We expect the Federal Reserve to keep its policy rate in a range between 4.25% and 4.5% with little to no change in the policy statement when the Federal Open Market Committee meets on May 6 and 7.
We expect the Fed to keep its rate between 4.25% and 4.5% with little to no change in the policy statement.
But while we expect little change in policy, the press conference afterward is sure to be a lively one as Fed Chairman Jerome Powell answers questions on rates and inflation, the impact of tariffs, the Fed’s independence, and the direction of monetary policy as the economy slows.
Recent comments by Fed officials have reflected diverse opinions on the economic outlook.
But what is clear is that uncertainty hangs like the sword of Damocles over the economy, presenting a vexing challenge for policymakers who otherwise might be thinking about risk management and rate cuts.

Within a matter of 90 days, the Fed will most likely be facing rising inflation and unemployment as tariffs kick in.
The Fed playbook under those conditions is for the central bank to lean toward which part of its dual mandate—pricing stability and maximum sustainable employment—is further away from its target.
With a 4.2% jobless rate reflecting an economy at full employment and inflation standing well above the Fed’s 2% target, the central bank will not be cutting rates next week, nor this summer.
Our forecast implies that it will not be until the fall before Fed officials have a good sense of whether they will be able to look through tariff-inspired inflation and cut rates or if they are forced to consider hiking rates to prevent another round of inflation.
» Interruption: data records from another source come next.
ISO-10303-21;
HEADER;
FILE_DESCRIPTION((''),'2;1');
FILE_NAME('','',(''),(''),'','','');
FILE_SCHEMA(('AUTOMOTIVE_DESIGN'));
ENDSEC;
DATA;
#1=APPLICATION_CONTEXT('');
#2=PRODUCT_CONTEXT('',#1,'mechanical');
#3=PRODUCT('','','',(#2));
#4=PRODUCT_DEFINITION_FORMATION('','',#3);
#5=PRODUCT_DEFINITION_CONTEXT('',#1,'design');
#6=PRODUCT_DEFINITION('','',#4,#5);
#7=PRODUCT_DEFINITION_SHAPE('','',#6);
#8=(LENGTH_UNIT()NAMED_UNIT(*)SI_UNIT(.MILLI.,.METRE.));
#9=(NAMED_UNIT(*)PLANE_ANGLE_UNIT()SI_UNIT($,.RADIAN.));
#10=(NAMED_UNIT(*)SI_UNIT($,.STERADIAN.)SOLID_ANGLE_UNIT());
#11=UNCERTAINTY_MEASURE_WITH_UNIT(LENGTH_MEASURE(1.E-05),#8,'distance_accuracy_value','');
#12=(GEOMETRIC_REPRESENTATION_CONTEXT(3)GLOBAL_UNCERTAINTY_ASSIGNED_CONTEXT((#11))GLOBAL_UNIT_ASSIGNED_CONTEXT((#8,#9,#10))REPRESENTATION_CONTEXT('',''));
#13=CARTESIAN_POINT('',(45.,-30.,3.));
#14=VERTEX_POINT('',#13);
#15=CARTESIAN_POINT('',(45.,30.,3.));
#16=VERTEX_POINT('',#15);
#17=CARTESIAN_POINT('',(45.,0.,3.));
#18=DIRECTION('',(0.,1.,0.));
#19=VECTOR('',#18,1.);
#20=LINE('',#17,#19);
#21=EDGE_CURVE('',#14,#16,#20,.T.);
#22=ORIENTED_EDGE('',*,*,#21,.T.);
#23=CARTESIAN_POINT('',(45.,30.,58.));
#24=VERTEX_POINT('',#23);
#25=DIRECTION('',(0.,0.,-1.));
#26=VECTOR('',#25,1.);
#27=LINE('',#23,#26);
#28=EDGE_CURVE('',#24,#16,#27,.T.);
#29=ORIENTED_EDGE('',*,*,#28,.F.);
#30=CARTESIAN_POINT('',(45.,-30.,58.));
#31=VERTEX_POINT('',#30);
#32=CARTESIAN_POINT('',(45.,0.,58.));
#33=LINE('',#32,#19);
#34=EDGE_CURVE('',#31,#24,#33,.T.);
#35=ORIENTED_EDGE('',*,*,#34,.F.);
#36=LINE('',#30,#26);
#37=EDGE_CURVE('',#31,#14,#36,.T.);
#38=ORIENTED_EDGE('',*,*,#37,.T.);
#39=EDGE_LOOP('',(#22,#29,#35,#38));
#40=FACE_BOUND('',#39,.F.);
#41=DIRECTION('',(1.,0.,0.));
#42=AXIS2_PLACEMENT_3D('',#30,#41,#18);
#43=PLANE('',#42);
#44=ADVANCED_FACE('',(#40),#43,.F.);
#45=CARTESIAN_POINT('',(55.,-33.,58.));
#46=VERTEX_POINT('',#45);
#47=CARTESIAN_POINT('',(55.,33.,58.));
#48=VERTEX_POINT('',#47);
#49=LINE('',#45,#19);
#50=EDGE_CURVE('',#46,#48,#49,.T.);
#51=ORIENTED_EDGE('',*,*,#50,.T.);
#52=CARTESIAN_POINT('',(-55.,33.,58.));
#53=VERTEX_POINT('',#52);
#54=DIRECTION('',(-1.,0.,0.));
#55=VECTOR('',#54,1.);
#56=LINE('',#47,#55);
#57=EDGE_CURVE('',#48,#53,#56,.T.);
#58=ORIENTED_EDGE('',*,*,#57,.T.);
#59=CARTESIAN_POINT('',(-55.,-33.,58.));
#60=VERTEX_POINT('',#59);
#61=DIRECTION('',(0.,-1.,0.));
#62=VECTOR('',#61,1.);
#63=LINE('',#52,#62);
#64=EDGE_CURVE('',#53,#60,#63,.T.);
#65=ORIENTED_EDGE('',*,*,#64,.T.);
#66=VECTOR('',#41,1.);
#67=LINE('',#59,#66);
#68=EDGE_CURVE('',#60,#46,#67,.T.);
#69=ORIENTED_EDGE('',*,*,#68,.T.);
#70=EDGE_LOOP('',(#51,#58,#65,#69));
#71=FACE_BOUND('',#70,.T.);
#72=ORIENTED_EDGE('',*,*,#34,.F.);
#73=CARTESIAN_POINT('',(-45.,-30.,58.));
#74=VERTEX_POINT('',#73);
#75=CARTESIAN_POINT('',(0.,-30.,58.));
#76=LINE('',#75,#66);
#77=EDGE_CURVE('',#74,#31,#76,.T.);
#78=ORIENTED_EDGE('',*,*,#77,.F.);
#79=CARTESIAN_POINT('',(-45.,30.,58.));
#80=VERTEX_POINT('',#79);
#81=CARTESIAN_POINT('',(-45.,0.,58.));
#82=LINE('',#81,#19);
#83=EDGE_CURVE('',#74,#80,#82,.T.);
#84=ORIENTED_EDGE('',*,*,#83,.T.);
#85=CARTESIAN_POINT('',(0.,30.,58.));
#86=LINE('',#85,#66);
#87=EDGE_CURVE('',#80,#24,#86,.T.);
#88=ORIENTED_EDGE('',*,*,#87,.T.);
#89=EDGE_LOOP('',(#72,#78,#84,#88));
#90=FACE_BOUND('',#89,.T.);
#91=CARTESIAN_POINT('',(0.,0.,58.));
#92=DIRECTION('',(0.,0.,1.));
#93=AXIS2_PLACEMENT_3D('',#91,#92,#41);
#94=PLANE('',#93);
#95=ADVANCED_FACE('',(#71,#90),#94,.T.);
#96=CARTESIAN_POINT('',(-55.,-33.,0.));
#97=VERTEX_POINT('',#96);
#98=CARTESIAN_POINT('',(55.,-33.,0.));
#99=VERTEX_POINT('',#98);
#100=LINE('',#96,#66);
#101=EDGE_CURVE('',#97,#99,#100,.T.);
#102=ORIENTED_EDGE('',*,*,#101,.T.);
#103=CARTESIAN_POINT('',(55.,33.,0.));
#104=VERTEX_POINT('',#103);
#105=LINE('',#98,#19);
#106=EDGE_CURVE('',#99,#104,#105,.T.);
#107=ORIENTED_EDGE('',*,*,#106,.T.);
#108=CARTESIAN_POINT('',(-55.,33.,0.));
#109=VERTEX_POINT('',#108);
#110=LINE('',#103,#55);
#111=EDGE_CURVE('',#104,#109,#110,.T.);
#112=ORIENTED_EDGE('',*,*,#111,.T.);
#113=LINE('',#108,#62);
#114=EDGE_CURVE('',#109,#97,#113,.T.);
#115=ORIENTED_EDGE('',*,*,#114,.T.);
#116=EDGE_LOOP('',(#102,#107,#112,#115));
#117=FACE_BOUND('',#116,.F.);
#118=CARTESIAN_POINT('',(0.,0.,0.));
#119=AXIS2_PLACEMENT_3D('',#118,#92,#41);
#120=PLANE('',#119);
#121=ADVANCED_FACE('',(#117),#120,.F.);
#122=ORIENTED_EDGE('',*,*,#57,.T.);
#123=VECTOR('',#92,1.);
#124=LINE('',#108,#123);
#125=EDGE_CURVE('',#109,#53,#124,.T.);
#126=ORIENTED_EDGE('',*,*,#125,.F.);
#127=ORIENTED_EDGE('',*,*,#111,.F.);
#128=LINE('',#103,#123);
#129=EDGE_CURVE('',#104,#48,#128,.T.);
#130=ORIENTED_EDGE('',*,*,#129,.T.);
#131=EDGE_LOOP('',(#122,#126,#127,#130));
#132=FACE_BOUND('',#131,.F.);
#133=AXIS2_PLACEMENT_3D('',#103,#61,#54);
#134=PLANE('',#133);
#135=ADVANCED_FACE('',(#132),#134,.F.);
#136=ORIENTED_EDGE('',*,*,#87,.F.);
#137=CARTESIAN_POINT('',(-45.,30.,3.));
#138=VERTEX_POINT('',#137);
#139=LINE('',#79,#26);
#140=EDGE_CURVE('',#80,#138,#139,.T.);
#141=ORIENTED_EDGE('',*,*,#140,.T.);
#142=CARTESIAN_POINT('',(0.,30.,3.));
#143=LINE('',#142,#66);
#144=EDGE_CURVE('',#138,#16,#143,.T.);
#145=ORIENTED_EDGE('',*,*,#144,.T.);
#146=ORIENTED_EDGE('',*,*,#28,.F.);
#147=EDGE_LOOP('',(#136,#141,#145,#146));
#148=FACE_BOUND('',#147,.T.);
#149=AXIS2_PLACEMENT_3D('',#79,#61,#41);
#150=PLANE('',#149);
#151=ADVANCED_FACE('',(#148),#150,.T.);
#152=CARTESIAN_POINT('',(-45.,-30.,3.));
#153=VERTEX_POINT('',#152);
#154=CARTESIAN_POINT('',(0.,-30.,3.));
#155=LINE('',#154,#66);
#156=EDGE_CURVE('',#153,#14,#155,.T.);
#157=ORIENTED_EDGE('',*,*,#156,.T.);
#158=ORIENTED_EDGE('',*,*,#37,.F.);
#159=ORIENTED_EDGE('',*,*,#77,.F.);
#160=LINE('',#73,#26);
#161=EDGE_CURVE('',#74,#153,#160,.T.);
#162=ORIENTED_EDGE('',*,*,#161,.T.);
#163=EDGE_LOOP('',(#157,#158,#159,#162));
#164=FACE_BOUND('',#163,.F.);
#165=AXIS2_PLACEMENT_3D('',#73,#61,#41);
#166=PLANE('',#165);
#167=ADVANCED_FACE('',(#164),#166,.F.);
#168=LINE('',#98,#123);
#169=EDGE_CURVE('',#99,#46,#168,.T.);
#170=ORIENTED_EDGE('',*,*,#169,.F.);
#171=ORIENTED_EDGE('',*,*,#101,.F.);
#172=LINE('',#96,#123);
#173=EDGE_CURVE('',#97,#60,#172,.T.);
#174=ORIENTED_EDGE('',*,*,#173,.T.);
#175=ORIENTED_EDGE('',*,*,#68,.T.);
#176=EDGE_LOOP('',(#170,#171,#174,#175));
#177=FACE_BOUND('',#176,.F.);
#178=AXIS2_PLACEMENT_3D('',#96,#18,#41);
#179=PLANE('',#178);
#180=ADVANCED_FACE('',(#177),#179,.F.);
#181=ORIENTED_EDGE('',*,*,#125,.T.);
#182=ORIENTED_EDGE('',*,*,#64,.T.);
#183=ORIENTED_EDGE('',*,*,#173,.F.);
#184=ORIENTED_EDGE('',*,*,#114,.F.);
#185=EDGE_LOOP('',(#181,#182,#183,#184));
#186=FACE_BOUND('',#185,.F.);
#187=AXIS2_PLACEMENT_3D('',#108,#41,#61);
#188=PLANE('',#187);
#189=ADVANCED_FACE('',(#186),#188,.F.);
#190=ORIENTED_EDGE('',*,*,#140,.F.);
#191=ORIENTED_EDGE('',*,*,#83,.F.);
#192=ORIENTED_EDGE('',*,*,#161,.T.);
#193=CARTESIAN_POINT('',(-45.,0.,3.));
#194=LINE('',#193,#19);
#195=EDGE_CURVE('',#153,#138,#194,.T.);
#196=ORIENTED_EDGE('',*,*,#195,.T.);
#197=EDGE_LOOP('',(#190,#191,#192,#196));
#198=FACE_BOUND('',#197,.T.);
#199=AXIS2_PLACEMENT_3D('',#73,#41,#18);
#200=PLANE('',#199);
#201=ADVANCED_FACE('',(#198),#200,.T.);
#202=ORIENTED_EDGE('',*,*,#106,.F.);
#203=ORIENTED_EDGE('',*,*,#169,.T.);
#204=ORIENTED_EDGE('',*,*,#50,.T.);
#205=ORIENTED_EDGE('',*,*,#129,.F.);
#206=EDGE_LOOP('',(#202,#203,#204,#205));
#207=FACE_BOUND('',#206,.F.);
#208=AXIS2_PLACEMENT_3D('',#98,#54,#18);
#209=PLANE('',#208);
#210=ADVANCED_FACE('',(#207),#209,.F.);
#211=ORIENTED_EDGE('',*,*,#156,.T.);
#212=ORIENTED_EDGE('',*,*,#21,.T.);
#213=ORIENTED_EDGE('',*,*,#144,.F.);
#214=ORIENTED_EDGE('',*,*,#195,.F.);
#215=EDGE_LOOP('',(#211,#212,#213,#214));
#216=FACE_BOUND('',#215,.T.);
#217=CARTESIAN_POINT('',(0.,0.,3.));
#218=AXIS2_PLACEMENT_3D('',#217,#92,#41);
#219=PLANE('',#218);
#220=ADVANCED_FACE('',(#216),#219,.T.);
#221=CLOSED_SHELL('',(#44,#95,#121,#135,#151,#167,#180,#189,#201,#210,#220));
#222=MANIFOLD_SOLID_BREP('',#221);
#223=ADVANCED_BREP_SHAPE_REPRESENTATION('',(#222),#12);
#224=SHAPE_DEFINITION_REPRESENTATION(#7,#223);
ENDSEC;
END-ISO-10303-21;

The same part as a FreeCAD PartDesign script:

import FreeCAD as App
import Part
import Sketcher

V = App.Vector
Q = App.Units.Quantity


def add_polygon(sketch, points):
    """Adds a closed chain of lines whose ends are joined by coincident constraints."""
    first, n = sketch.GeometryCount, len(points)
    for a, b in zip(points, points[1:] + points[:1]):
        sketch.addGeometry(Part.LineSegment(App.Vector(*a, 0), App.Vector(*b, 0)), False)
    for i in range(n):
        sketch.addConstraint(Sketcher.Constraint("Coincident", first + i, 2, first + (i + 1) % n, 1))

doc = App.newDocument("Part")
body = doc.addObject("PartDesign::Body", "Body")

# Sketch on XY plane
sketch1 = body.newObject("Sketcher::SketchObject", "Sketch")
sketch1.AttachmentSupport = (doc.getObject("XY_Plane"), [""])
sketch1.MapMode = "FlatFace"
add_polygon(sketch1, [(55, 33), (-55, 33), (-55, -33), (55, -33)])  # lines 0-3
sketch1.addConstraint([
    Sketcher.Constraint("Horizontal", 0),
    Sketcher.Constraint("Vertical", 1),
    Sketcher.Constraint("Horizontal", 2),
    Sketcher.Constraint("Vertical", 3),
    Sketcher.Constraint("Symmetric", 0, 2, 2, 2, -1, 1),
    Sketcher.Constraint("DistanceX", 0, 2, 0, 1, Q("110 mm")),
    Sketcher.Constraint("DistanceY", 1, 2, 1, 1, Q("66 mm")),
])
pad1 = body.newObject("PartDesign::Pad", "Pad")
pad1.Profile = sketch1
pad1.Length = 58

# Sketch on XY plane
sketch2 = body.newObject("Sketcher::SketchObject", "Sketch001")
sketch2.AttachmentSupport = (doc.getObject("XY_Plane"), [""])
sketch2.MapMode = "FlatFace"
sketch2.AttachmentOffset = App.Placement(V(0, 0, 58), App.Rotation())
add_polygon(sketch2, [(-45, 30), (-45, -30), (45, -30), (45, 30)])  # lines 0-3
sketch2.addConstraint([
    Sketcher.Constraint("Vertical", 0),
    Sketcher.Constraint("Horizontal", 1),
    Sketcher.Constraint("Vertical", 2),
    Sketcher.Constraint("Horizontal", 3),
    Sketcher.Constraint("Symmetric", 0, 2, 2, 2, -1, 1),
    Sketcher.Constraint("DistanceX", 1, 1, 1, 2, Q("90 mm")),
    Sketcher.Constraint("DistanceY", 0, 2, 0, 1, Q("60 mm")),
])
pad2 = body.newObject("PartDesign::Pad", "Pad001")
pad2.Profile = sketch2
pad2.Length = 55
pad2.Reversed = True

# Sketch on XY plane
sketch3 = body.newObject("Sketcher::SketchObject", "Sketch002")
sketch3.AttachmentSupport = (doc.getObject("XY_Plane"), [""])
sketch3.MapMode = "FlatFace"
sketch3.AttachmentOffset = App.Placement(V(0, 0, 58), App.Rotation())
add_polygon(sketch3, [(-45, 30), (-45, -30), (45, -30), (45, 30)])  # lines 0-3
sketch3.addConstraint([
    Sketcher.Constraint("Vertical", 0),
    Sketcher.Constraint("Horizontal", 1),
    Sketcher.Constraint("Vertical", 2),
    Sketcher.Constraint("Horizontal", 3),
    Sketcher.Constraint("Symmetric", 0, 2, 2, 2, -1, 1),
    Sketcher.Constraint("DistanceX", 1, 1, 1, 2, Q("90 mm")),
    Sketcher.Constraint("DistanceY", 0, 2, 0, 1, Q("60 mm")),
])
pocket1 = body.newObject("PartDesign::Pocket", "Pocket")
pocket1.Profile = sketch3
pocket1.Length = 55

doc.recompute()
Read more of RSM’s insights on the economy and the middle market.
In my estimation, cutting rates at this time would be premature and risk a nastier bout of stagflation than the economy is currently facing.
The last thing the Fed wants is to subject the economy to another pricing shock initiated by the White House.
Price stability is a precondition for maximum sustainable employment, a point that Powell will stress during his press conference.
My sense is that if presented with that choice, Fed officials will choose higher rates until they are convinced inflation is moving back toward the 2% target.